Are you using EM6000 for kitchen cabinets?





Here is another tester for stain resistance. Again, I'm not sure how scientific his process was. The Target Coatings had virtually no stain resistance.


----------



## Redux

Mr Smith said:


> I'd like your opinion on these tests of the EM 6000,7000,8000 lines with and without the cross-linker. I'm not sure how scientific his process was. Have you done any similar testing? I don't know what the manufacturers use for a scratch test but this guy used a coin. For adhesion testing he used packing tape.
> 
> Are you using EM6000 for kitchen cabinets?
> Target Coatings Em6000 Em7000 Em8000 Review - YouTube
> 
> Here is another tester for stain resistance. Again, I'm not sure how scientific his process was. The Target Coatings had virtually no stain resistance.
> 
> Comparison of Target Coatings Waterborne Finishes - YouTube


I’ve also seen both videos, questioning the validity of the tests..I don’t have photo documentation of the 8000 tests aside from the last couple of pics which I just took minutes ago after reading your post. I just performed an alcohol test on a table base scheduled for delivery later today, having placed a puddle of denatured alcohol on it, allowing it to flash off which took 10+/- minutes, having aggressively rubbed it with a paper towel just before it totally flashed off, leaving only the faintest visible blemish as a result of the aggressive rubbing, and I’m having difficulty seeing the blemish. Just for kicks I just did the same thing to my 2K finished oak flooring for my own edification, the denatured alcohol having nearly identical results with the 2K WB PU’s. The 8000 has performed incredibly well on two kitchen table applications performed 5 months ago...no stains, scuffs, or abrasions. The table base was finished with 4 coats of the EM8000 flat with 5% CL100. It had 4 weeks of curing time and was self sealed with the 8000. My test results were clearly different than what was illustrated in the two videos. Always best to test yourself, rather than rely on tests performed by others.


----------



## Redux

Mr Smith said:


> I'd like your opinion on these tests of the EM 6000,7000,8000 lines with and without the cross-linker. I'm not sure how scientific his process was. Have you done any similar testing? I don't know what the manufacturers use for a scratch test but this guy used a coin. For adhesion testing he used packing tape.
> 
> Are you using EM6000 for kitchen cabinets?
> Target Coatings Em6000 Em7000 Em8000 Review - YouTube
> 
> Here is another tester for stain resistance. Again, I'm not sure how scientific his process was. The Target Coatings had virtually no stain resistance.
> 
> Comparison of Target Coatings Waterborne Finishes - YouTube


I’ve also performed the actual ASTM 3359 – 97 Standard Test Methods for Measuring Adhesion by Tape Test on the 9000 (discontinued), 9300, and 8000, all self sealed, and all passing with -zero-lifting of finish unlike the 8000 over vinyl sealer in the video. I’m thinking the vinyl sealer in the video may provide a weak link. 

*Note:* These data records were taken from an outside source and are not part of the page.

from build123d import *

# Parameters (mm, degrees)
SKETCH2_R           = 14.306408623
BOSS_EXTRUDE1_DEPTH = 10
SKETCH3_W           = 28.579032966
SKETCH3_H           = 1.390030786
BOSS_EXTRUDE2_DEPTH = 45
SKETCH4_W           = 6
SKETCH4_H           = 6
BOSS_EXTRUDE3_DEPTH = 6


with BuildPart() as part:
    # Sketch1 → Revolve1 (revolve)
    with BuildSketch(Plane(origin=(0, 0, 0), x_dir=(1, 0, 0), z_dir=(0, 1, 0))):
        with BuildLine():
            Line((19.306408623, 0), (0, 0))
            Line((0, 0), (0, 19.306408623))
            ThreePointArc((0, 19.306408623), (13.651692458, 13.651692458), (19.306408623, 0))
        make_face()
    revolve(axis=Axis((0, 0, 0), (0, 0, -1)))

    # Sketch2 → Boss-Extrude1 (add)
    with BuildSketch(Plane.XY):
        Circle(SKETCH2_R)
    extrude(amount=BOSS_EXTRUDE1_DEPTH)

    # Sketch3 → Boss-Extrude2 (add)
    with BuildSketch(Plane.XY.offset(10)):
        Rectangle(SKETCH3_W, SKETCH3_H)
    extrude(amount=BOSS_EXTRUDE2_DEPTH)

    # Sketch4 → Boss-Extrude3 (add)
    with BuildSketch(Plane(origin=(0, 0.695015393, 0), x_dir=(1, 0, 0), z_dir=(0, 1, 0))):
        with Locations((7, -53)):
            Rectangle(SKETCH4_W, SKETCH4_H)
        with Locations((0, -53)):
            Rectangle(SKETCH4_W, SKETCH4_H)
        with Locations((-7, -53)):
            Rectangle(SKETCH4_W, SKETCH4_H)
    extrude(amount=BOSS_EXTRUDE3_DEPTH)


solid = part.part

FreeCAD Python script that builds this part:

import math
import FreeCAD as App
import Part
import Sketcher

V = App.Vector
Q = App.Units.Quantity


def add_polygon(sketch, points):
    """Adds a closed chain of lines whose ends are joined by coincident constraints."""
    first, n = sketch.GeometryCount, len(points)
    for a, b in zip(points, points[1:] + points[:1]):
        sketch.addGeometry(Part.LineSegment(App.Vector(*a, 0), App.Vector(*b, 0)), False)
    for i in range(n):
        sketch.addConstraint(Sketcher.Constraint("Coincident", first + i, 2, first + (i + 1) % n, 1))

doc = App.newDocument("Part")
params = doc.addObject("Spreadsheet::Sheet", "Params")
for row, (alias, value) in enumerate([
    ("revolution_angle", "360 deg"),
    ("pad1_length", "10 mm"),
    ("pad2_length", "45 mm"),
    ("sketch4_width", "6 mm"),
    ("pad3_length", "6 mm"),
], start=1):
    params.set(f"A{row}", alias)
    params.set(f"B{row}", "=" + value)
    params.setAlias(f"B{row}", alias)

body = doc.addObject("PartDesign::Body", "Body")

# Sketch on XZ plane
sketch1 = body.newObject("Sketcher::SketchObject", "Sketch")
sketch1.AttachmentSupport = (doc.getObject("XZ_Plane"), [""])
sketch1.MapMode = "FlatFace"
sketch1.addGeometry([
    Part.LineSegment(V(0, 0, 0), V(19, 0, 0)),
    Part.ArcOfCircle(Part.Circle(V(0, 0, 0), V(0, 0, 1), 19), math.radians(-90), math.radians(0)),
    Part.LineSegment(V(0, -19, 0), V(0, 0, 0)),
], False)
sketch1.addConstraint([
    Sketcher.Constraint("Coincident", 0, 2, 1, 2),
    Sketcher.Constraint("Coincident", 1, 1, 2, 1),
    Sketcher.Constraint("Coincident", 2, 2, 0, 1),
    Sketcher.Constraint("Horizontal", 0),
    Sketcher.Constraint("Vertical", 2),
    Sketcher.Constraint("Coincident", 1, 3, -1, 1),
    Sketcher.Constraint("Coincident", 2, 2, -1, 1),
    Sketcher.Constraint("Radius", 1, Q("19.306409 mm")),
])
revolution = body.newObject("PartDesign::Revolution", "Revolution")
revolution.Profile = sketch1
revolution.ReferenceAxis = (sketch1, ["V_Axis"])
revolution.setExpression("Angle", "Params.revolution_angle")

# Sketch on XY plane
sketch2 = body.newObject("Sketcher::SketchObject", "Sketch001")
sketch2.AttachmentSupport = (doc.getObject("XY_Plane"), [""])
sketch2.MapMode = "FlatFace"
sketch2.addGeometry(Part.Circle(V(0, 0, 0), V(0, 0, 1), 14), False)
sketch2.addConstraint([
    Sketcher.Constraint("Coincident", 0, 3, -1, 1),
    Sketcher.Constraint("Diameter", 0, Q("28.612817 mm")),
])
pad1 = body.newObject("PartDesign::Pad", "Pad")
pad1.Profile = sketch2
pad1.setExpression("Length", "Params.pad1_length")

# Sketch on XY plane
sketch3 = body.newObject("Sketcher::SketchObject", "Sketch002")
sketch3.AttachmentSupport = (doc.getObject("XY_Plane"), [""])
sketch3.MapMode = "FlatFace"
sketch3.AttachmentOffset = App.Placement(V(0, 0, 10), App.Rotation())
add_polygon(sketch3, [(-14.3, 0.7), (-14.3, -0.7), (14.3, -0.7), (14.3, 0.7)])  # lines 0-3
sketch3.addConstraint([
    Sketcher.Constraint("Vertical", 0),
    Sketcher.Constraint("Horizontal", 1),
    Sketcher.Constraint("Vertical", 2),
    Sketcher.Constraint("Horizontal", 3),
    Sketcher.Constraint("Symmetric", 0, 2, 2, 2, -1, 1),
    Sketcher.Constraint("DistanceY", 0, 2, 0, 1, Q("1.390031 mm")),
    Sketcher.Constraint("DistanceX", 1, 1, 1, 2, Q("28.579033 mm")),
])
pad2 = body.newObject("PartDesign::Pad", "Pad001")
pad2.Profile = sketch3
pad2.setExpression("Length", "Params.pad2_length")

# Sketch on XZ plane
sketch4 = body.newObject("Sketcher::SketchObject", "Sketch003")
sketch4.AttachmentSupport = (doc.getObject("XZ_Plane"), [""])
sketch4.MapMode = "FlatFace"
sketch4.AttachmentOffset = App.Placement(V(0, 0, -0.695015), App.Rotation())
add_polygon(sketch4, [(4, 50), (4, 56), (10, 56), (10, 50)])  # lines 0-3
add_polygon(sketch4, [(-3, 50), (-3, 56), (3, 56), (3, 50)])  # lines 4-7
add_polygon(sketch4, [(-10, 50), (-10, 56), (-4, 56), (-4, 50)])  # lines 8-11
sketch4.addConstraint([
    Sketcher.Constraint("Vertical", 0),
    Sketcher.Constraint("Horizontal", 1),
    Sketcher.Constraint("Vertical", 2),
    Sketcher.Constraint("Horizontal", 3),
    Sketcher.Constraint("Vertical", 4),
    Sketcher.Constraint("Horizontal", 5),
    Sketcher.Constraint("Vertical", 6),
    Sketcher.Constraint("Horizontal", 7),
    Sketcher.Constraint("Vertical", 8),
    Sketcher.Constraint("Horizontal", 9),
    Sketcher.Constraint("Vertical", 10),
    Sketcher.Constraint("Horizontal", 11),
    Sketcher.Constraint("Symmetric", 1, 2, 8, 2, -2),
    Sketcher.Constraint("Symmetric", 3, 2, 10, 2, -2),
    Sketcher.Constraint("Horizontal", 1, 2, 4, 2),
    Sketcher.Constraint("Horizontal", 3, 2, 6, 2),
    Sketcher.Constraint("Equal", 3, 5),
    Sketcher.Constraint("Equal", 11, 0),
    Sketcher.Constraint("DistanceX", 1, 1, 1, 2, Q("6 mm")),
    Sketcher.Constraint("DistanceX", -1, 1, 0, 2, Q("4 mm")),
    Sketcher.Constraint("DistanceY", -1, 1, 0, 2, Q("56 mm")),
    Sketcher.Constraint("DistanceX", 4, 2, -1, 1, Q("3 mm")),
])
sketch4.setExpression("Constraints[30]", "Params.sketch4_width")
pad3 = body.newObject("PartDesign::Pad", "Pad002")
pad3.Profile = sketch4
pad3.setExpression("Length", "Params.pad3_length")
pad3.Reversed = True

doc.recompute()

I also conducted KCMA chemical resistance tests on the 8000, 9300, and 9000, all with similar results as indicated on EMTECH’s data sheets. I performed the tests over bleached wood, the residual salts somewhat altering the performance of the finishes, thus making note to PPD to rinse and extract residual surface salts after neutralizing, the residual acetate salts being both water and alcohol soluble resulting in a high pH when going back into solution. 

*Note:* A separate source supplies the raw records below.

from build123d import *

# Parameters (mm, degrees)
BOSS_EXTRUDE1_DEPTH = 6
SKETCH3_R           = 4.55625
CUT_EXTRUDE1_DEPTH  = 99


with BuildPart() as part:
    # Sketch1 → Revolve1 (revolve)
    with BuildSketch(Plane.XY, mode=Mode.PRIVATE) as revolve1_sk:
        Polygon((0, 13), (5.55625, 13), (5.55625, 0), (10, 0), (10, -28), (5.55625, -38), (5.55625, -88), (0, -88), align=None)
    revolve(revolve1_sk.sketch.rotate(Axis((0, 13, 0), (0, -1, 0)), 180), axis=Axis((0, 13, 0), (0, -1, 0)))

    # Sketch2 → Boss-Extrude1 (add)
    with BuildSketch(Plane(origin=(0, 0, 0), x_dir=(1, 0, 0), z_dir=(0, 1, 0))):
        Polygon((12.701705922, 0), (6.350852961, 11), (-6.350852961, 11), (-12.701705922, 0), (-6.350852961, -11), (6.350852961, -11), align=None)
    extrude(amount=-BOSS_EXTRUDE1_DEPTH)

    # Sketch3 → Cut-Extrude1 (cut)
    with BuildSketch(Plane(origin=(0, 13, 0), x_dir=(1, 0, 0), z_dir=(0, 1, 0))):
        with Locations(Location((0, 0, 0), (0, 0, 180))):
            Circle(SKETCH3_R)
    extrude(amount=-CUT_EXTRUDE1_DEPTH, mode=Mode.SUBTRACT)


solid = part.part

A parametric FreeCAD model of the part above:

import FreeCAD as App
import Part
import Sketcher
Q = App.Units.Quantity

doc = App.newDocument("Part")
body = doc.addObject("PartDesign::Body", "Body")

# Sketch on XY plane
sketch1 = doc.addObject("Sketcher::SketchObject", "Sketch")
body.addObject(sketch1)
sketch1.AttachmentSupport = (doc.XY_Plane, [""])
sketch1.MapMode = "FlatFace"
sketch1.addGeometry([
    Part.LineSegment(App.Vector(5.55625, 13, 0), App.Vector(0, 13, 0)),  # 0
    Part.LineSegment(App.Vector(0, 13, 0), App.Vector(0, -88, 0)),  # 1
    Part.LineSegment(App.Vector(0, -88, 0), App.Vector(5.55625, -88, 0)),  # 2
    Part.LineSegment(App.Vector(5.55625, -88, 0), App.Vector(5.55625, -38, 0)),  # 3
    Part.LineSegment(App.Vector(5.55625, -38, 0), App.Vector(10, -28, 0)),  # 4
    Part.LineSegment(App.Vector(10, -28, 0), App.Vector(10, 0, 0)),  # 5
    Part.LineSegment(App.Vector(10, 0, 0), App.Vector(5.55625, 0, 0)),  # 6
    Part.LineSegment(App.Vector(5.55625, 0, 0), App.Vector(5.55625, 13, 0)),  # 7
], False)
sketch1.addConstraint([
    Sketcher.Constraint("Coincident", 0, 2, 1, 1),
    Sketcher.Constraint("Coincident", 1, 2, 2, 1),
    Sketcher.Constraint("Coincident", 2, 2, 3, 1),
    Sketcher.Constraint("Coincident", 3, 2, 4, 1),
    Sketcher.Constraint("Coincident", 4, 2, 5, 1),
    Sketcher.Constraint("Coincident", 5, 2, 6, 1),
    Sketcher.Constraint("Coincident", 6, 2, 7, 1),
    Sketcher.Constraint("Coincident", 7, 2, 0, 1),
    Sketcher.Constraint("Horizontal", 0),
    Sketcher.Constraint("Vertical", 1),
    Sketcher.Constraint("Horizontal", 2),
    Sketcher.Constraint("Vertical", 3),
    Sketcher.Constraint("Vertical", 5),
    Sketcher.Constraint("Horizontal", 6),
    Sketcher.Constraint("Vertical", 7),
    Sketcher.Constraint("PointOnObject", 0, 2, -2),
    Sketcher.Constraint("PointOnObject", 5, 2, -1),
    Sketcher.Constraint("Vertical", 3, 2, 6, 2),
    Sketcher.Constraint("DistanceY", 1, 2, 1, 1, 101.0),
    Sketcher.Constraint("DistanceY", 3, 1, 3, 2, 50.0),
    Sketcher.Constraint("DistanceY", 5, 1, 5, 2, 28.0),
    Sketcher.Constraint("DistanceY", 7, 1, 7, 2, 13.0),
    Sketcher.Constraint("DistanceX", -1, 1, 4, 2, 10.0),
    Sketcher.Constraint("DistanceX", 0, 2, 0, 1, 5.55625),
])
revolution = doc.addObject("PartDesign::Revolution", "Revolution")
body.addObject(revolution)
revolution.Profile = sketch1
revolution.ReferenceAxis = (sketch1, ["V_Axis"])
revolution.Angle = 360

# Sketch on XZ plane
sketch2 = doc.addObject("Sketcher::SketchObject", "Sketch001")
body.addObject(sketch2)
sketch2.AttachmentSupport = (doc.XZ_Plane, [""])
sketch2.MapMode = "FlatFace"
sketch2.addGeometry([
    Part.LineSegment(App.Vector(12.701706, 0, 0), App.Vector(6.350853, -11, 0)),  # 0
    Part.LineSegment(App.Vector(6.350853, -11, 0), App.Vector(-6.350853, -11, 0)),  # 1
    Part.LineSegment(App.Vector(-6.350853, -11, 0), App.Vector(-12.701706, 0, 0)),  # 2
    Part.LineSegment(App.Vector(-12.701706, 0, 0), App.Vector(-6.350853, 11, 0)),  # 3
    Part.LineSegment(App.Vector(-6.350853, 11, 0), App.Vector(6.350853, 11, 0)),  # 4
    Part.LineSegment(App.Vector(6.350853, 11, 0), App.Vector(12.701706, 0, 0)),  # 5
], False)
sketch2.addConstraint([
    Sketcher.Constraint("Coincident", 0, 2, 1, 1),
    Sketcher.Constraint("Coincident", 1, 2, 2, 1),
    Sketcher.Constraint("Coincident", 2, 2, 3, 1),
    Sketcher.Constraint("Coincident", 3, 2, 4, 1),
    Sketcher.Constraint("Coincident", 4, 2, 5, 1),
    Sketcher.Constraint("Coincident", 5, 2, 0, 1),
    Sketcher.Constraint("Horizontal", 1),
    Sketcher.Constraint("Horizontal", 4),
    Sketcher.Constraint("Symmetric", 0, 2, 3, 2, -1, 1),
    Sketcher.Constraint("Symmetric", 2, 2, 5, 2, -1, 1),
    Sketcher.Constraint("PointOnObject", 2, 2, -1),
    Sketcher.Constraint("Parallel", 2, 5),
    Sketcher.Constraint("Vertical", 1, 2, 3, 2),
    Sketcher.Constraint("Angle", 0, Q("-120 deg")),
    Sketcher.Constraint("DistanceY", 0, 2, -1, 1, 11.0),
    Sketcher.Constraint("DistanceX", 1, 2, 1, 1, 12.701706),
])
pad1 = doc.addObject("PartDesign::Pad", "Pad")
body.addObject(pad1)
pad1.Profile = sketch2
pad1.Length = 6

# Sketch on XZ plane
sketch3 = doc.addObject("Sketcher::SketchObject", "Sketch002")
body.addObject(sketch3)
sketch3.AttachmentSupport = (doc.XZ_Plane, [""])
sketch3.MapMode = "FlatFace"
sketch3.AttachmentOffset = App.Placement(App.Vector(0, 0, -13), App.Rotation())
sketch3.addGeometry(Part.Circle(App.Vector(0, 0, 0), App.Vector(0, 0, 1), 4.55625), False)
sketch3.addConstraint([
    Sketcher.Constraint("Coincident", 0, 3, -1, 1),
    Sketcher.Constraint("Diameter", 0, 9.1125),
])
pocket1 = doc.addObject("PartDesign::Pocket", "Pocket")
body.addObject(pocket1)
pocket1.Profile = sketch3
pocket1.Length = 99
pocket1.Reversed = True

doc.recompute()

With the testing I wasn’t getting immediate favorable results, having to allow the finishes to cure upwards 4 weeks. I conducted standing water tests after 1 week, the photos illustrated that the finishes had little tolerance for standing water, water permeating the finish in under 2 hrs, the finish and underlying wood recovering. After waiting 4 weeks the finish did tighten up, providing good chemical and water resistance. The 9300’s inability to provide hold out against water after 1 week, being an exterior rated product, was a bit concerning. I would question the finishes ability to be placed into immediate service for an exterior application. 

The first pic illustrates a standing water test of the EM9000 with 5% CL100 after allowing the finish to cure 4 weeks, water only slightly permeating the finish at the 21 hr mark, both the wood and finish recovering...I can’t believe I actually stayed up 21 hrs, rewetting the sponges and making observations every 1/2 hr! 

The 2nd pic illustrates the same finish with the CL100 only having cured 1 week. Water permeated the finish in less than 2 hrs.

The 3rd pic illustrates the 9300 polycarbonate after 2 weeks, water permeating the finish in less than 1 hr. I applied the water with my fingertips spelling the word WET..you can see where the underlying wood got wet. I did not use the crosslinker for the 9300 test.

The 4th pic illustrates the 9000 with the CL100 with a 4 week cure after 4 hrs of standing water..

My choice for clear finishes is always based on subjected use, with 2K’s or oils for flooring, 2K’s on kitchen millwork and bath vanities, crosslinked single component WB PU’s providing water/ammonia/409/mild acidic-alkaline resistance for running trim/window & door packs...not too concerned with lacquer thinner, 90 proof denatured alcohol, or acetone as illustrated in the video. I’ve only had one built-in get wrecked by a client knocking over a bottle of nail polish remover..


----------



## PPD

Mr Smith said:


> I'd like your opinion on these tests of the EM 6000,7000,8000 lines with and without the cross-linker. I'm not sure how scientific his process was. Have you done any similar testing? I don't know what the manufacturers use for a scratch test but this guy used a coin. For adhesion testing he used packing tape.
> 
> Are you using EM6000 for kitchen cabinets?
> Target Coatings Em6000 Em7000 Em8000 Review - YouTube
> 
> Here is another tester for stain resistance. Again, I'm not sure how scientific his process was. The Target Coatings had virtually no stain resistance.
> 
> Comparison of Target Coatings Waterborne Finishes - YouTube




I was actually gunna ask the exact same thing having watched the videos the other day (that guy w/ the coin drove me insane w/ his incessant “um” & I did feel like his methods were iffy at best but it had me curious)...so thanx for askin!


----------



## cocomonkeynuts

Alchemy Redux said:


> Hey PPD,
> 
> Link for mixing the CL100 crosslinker:
> 
> https://vimeo.com/274681855
> 
> I mix it the evening before, allowing 12 hrs before use. Jeff makes mention in the video of a gritty/chippy finish if not done properly, which is pretty much the case. I also filter it the following day, or during each pour just to be on the safe side. There really isn’t a sweet spot per say, at least not that I noticed. I try not to let it go beyond 100 hrs. I’m guessing this is for your white oak project? If so, best of luck!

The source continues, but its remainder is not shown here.